Though I guess that would go against S100 bus objectives of compatability.
Yes, playing games with the high address lines for I/O is likely a deal breaker for S100, or a lot of other Z80 computers with conventional decoding layouts...
Two out's is not a very high overhead for I/O mapped video - the BIOS calls would be the biggest delay per-character.
I mean, I guess it depends on how you're intending to use it. CP/M's BDOS function 9 takes a string, not a character at a time, so it would theoretically be an optimization (albeit an unnecessary one if you're comparing to serial I/O) to be able to do block moves, but... since this a "dumb" buffer you're probably going to need to run any string I/O through your terminal/ascii control code emulator before outputting it anyway. So I suppose being able to use the string functions would only really be useful for high-speed character graphics or whatever. (IE, literal "screen dumps".)
I have attached a video system that was published as part 5 of an article series in Wireless World in 1978.
FWIW, this appears to be the video system used by the NASCOM-1 computer. (See a bunch of manuals and full schematics for the computer at
the NASCOM home page.) This is an interesting design because it's basically a "dumbed down" TRS-80.
The TRS-80 has a 64x16 video display in 1K of memory *and it fits all 1K on the screen* because the horizontal timing counting chain is based on dividing the pixel clock into lines around 112 characters long with the horizontal margins and hsync pulse happening in the "7'th bit" area of the count, IE, not actually addressing the RAM, and using circuitry to reset the counters back to zero at this "odd" number. In other words, there are extra moving parts in order to "frame" all the memory into just the active area of the screen...

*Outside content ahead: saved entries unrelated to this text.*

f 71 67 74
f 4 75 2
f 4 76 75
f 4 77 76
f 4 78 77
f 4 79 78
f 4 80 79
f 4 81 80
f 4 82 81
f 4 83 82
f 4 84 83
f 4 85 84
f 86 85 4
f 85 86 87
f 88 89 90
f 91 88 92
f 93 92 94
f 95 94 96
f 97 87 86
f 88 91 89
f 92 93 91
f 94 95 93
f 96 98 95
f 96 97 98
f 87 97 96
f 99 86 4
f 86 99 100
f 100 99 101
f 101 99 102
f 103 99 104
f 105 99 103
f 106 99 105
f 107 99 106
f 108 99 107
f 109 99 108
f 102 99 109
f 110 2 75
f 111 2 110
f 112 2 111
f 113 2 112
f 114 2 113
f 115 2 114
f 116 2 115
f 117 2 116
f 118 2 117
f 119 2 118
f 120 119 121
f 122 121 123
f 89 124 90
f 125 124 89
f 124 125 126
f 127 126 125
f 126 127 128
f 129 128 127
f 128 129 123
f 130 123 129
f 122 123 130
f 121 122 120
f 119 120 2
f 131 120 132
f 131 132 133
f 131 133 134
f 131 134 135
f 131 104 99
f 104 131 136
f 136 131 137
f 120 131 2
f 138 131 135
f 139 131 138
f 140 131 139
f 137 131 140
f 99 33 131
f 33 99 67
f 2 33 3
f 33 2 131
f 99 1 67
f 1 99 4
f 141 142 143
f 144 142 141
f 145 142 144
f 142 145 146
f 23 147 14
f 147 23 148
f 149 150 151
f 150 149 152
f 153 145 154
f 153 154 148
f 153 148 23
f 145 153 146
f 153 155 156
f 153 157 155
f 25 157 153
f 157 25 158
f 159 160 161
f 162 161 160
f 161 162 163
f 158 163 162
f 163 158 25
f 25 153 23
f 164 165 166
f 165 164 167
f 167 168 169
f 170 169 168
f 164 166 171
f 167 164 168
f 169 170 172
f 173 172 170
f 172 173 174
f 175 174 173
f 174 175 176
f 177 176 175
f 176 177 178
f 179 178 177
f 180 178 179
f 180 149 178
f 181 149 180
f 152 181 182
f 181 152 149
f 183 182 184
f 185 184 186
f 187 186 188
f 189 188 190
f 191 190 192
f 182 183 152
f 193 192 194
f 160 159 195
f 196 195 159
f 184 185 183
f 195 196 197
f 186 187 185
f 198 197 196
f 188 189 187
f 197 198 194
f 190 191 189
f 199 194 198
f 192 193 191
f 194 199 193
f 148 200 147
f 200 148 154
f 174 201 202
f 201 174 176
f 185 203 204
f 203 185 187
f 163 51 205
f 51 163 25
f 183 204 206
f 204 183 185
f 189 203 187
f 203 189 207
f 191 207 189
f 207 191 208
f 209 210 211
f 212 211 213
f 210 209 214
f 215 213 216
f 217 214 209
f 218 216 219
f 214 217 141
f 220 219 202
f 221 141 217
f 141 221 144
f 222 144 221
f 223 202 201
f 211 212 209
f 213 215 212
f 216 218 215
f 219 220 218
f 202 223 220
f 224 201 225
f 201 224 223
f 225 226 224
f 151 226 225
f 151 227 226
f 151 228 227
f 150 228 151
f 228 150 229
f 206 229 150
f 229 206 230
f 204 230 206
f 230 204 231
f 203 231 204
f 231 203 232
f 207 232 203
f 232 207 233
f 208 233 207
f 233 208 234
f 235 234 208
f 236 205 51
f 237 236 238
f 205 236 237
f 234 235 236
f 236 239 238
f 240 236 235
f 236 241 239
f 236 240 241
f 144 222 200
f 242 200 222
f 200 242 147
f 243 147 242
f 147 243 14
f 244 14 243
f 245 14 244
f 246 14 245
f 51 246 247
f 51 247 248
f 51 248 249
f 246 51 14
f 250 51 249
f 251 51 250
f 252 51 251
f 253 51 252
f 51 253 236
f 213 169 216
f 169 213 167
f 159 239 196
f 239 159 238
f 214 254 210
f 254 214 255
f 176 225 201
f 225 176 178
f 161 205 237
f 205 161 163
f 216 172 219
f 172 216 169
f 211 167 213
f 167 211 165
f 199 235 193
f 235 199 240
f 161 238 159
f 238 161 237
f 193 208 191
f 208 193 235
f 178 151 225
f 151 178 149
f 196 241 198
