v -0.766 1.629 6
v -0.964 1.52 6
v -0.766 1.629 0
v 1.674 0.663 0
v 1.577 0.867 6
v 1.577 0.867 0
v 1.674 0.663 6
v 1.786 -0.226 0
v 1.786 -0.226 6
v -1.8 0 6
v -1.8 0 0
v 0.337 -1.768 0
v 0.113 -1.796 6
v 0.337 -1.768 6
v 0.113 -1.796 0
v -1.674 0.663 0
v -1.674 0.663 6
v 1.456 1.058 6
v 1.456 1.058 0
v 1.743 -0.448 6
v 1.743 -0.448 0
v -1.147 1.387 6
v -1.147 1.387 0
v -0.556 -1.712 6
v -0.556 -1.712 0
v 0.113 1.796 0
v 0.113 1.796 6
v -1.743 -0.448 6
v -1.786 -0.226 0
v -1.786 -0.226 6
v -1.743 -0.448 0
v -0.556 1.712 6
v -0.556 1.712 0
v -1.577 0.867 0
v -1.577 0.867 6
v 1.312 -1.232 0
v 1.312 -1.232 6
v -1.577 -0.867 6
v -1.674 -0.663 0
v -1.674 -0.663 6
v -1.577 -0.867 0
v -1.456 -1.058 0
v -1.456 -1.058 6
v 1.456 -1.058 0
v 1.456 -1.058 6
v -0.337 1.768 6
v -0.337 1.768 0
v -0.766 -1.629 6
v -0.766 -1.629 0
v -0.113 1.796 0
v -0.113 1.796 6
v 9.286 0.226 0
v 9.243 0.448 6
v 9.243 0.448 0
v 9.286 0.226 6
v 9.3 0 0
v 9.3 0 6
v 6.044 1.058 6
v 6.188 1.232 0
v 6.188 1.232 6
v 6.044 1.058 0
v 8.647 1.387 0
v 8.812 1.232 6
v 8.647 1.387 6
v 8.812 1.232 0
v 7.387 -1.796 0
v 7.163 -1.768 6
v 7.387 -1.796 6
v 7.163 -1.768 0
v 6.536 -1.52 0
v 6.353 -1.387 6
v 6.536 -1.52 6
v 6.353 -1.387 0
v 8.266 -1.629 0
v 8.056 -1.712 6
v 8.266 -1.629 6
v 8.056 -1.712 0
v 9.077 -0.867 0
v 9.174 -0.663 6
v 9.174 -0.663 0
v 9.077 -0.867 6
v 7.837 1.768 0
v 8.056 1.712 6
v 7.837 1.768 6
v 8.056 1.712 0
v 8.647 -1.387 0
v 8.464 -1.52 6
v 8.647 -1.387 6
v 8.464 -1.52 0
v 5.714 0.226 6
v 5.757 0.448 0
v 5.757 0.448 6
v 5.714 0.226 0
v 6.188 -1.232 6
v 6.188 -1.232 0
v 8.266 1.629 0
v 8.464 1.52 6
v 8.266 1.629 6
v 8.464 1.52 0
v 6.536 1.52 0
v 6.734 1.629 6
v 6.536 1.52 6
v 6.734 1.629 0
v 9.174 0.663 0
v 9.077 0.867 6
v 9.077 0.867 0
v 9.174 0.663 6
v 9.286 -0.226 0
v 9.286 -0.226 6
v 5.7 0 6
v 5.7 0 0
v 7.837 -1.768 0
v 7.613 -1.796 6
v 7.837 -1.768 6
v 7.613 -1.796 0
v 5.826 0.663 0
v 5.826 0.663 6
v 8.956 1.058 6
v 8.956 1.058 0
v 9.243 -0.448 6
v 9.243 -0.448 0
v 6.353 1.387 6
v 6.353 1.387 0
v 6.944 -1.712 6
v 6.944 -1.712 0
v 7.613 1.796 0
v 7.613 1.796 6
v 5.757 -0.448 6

By contrast, the NASCOM display as depicted here is set up in the 64x16 memory grid, but it only displays 48x16 characters, "wasting" 16 characters per line, because it uses a slower pixel clock that divides the *entire horizontal line* into 64 positions, with some of the memory locations corresponding with the blanked margins and the hsync pulse area. That saves parts (you don't need to watch the video addresses and reset the counters at odd numbers, you can just let the h-count roll over) but, yeah, it wastes a quarter of the RAM and results in a kind of weird video memory map with holes in it.
This is actually related to what I meant when I said that using 128 bytes of memory to hold your 80 character lines could simplify your video memory addressing somewhat; if you want to "tightly pack" 80 character lines, which of course are not an even power of two wide, into a memory array, then you essentially need to implement a binary adder to walk through RAM in these 80 character chunks. If you don't mind wasting that RAM then, well, I think you could actually copy the "just let it roll over" horizontal counter idea of the NASCOM and just do it with a 7 bit counter instead of six bit. Doing some quick math... if you're using either NTSC or PAL (doesn't really matter, they have similar line rates) a 12mhz clock will work for 6 bit wide characters, you'll need a 16mhz pixel clock for 8 bit. (You would have to modify this counter chain somewhat to use 6 bit wide characters, though.)
Anyway, yeah, there are other wrinkles here; if you want more than 16 lines then there's some other changes that have to happen to this timing chain, and unless you modify how the hsync is generated you'll also inherit the gross memory map where your lines are going to need to start 12 or 16 characters from the start of each "line", but, eh, if you want to do completely discrete video in the fewest number of parts this is certainly an idea.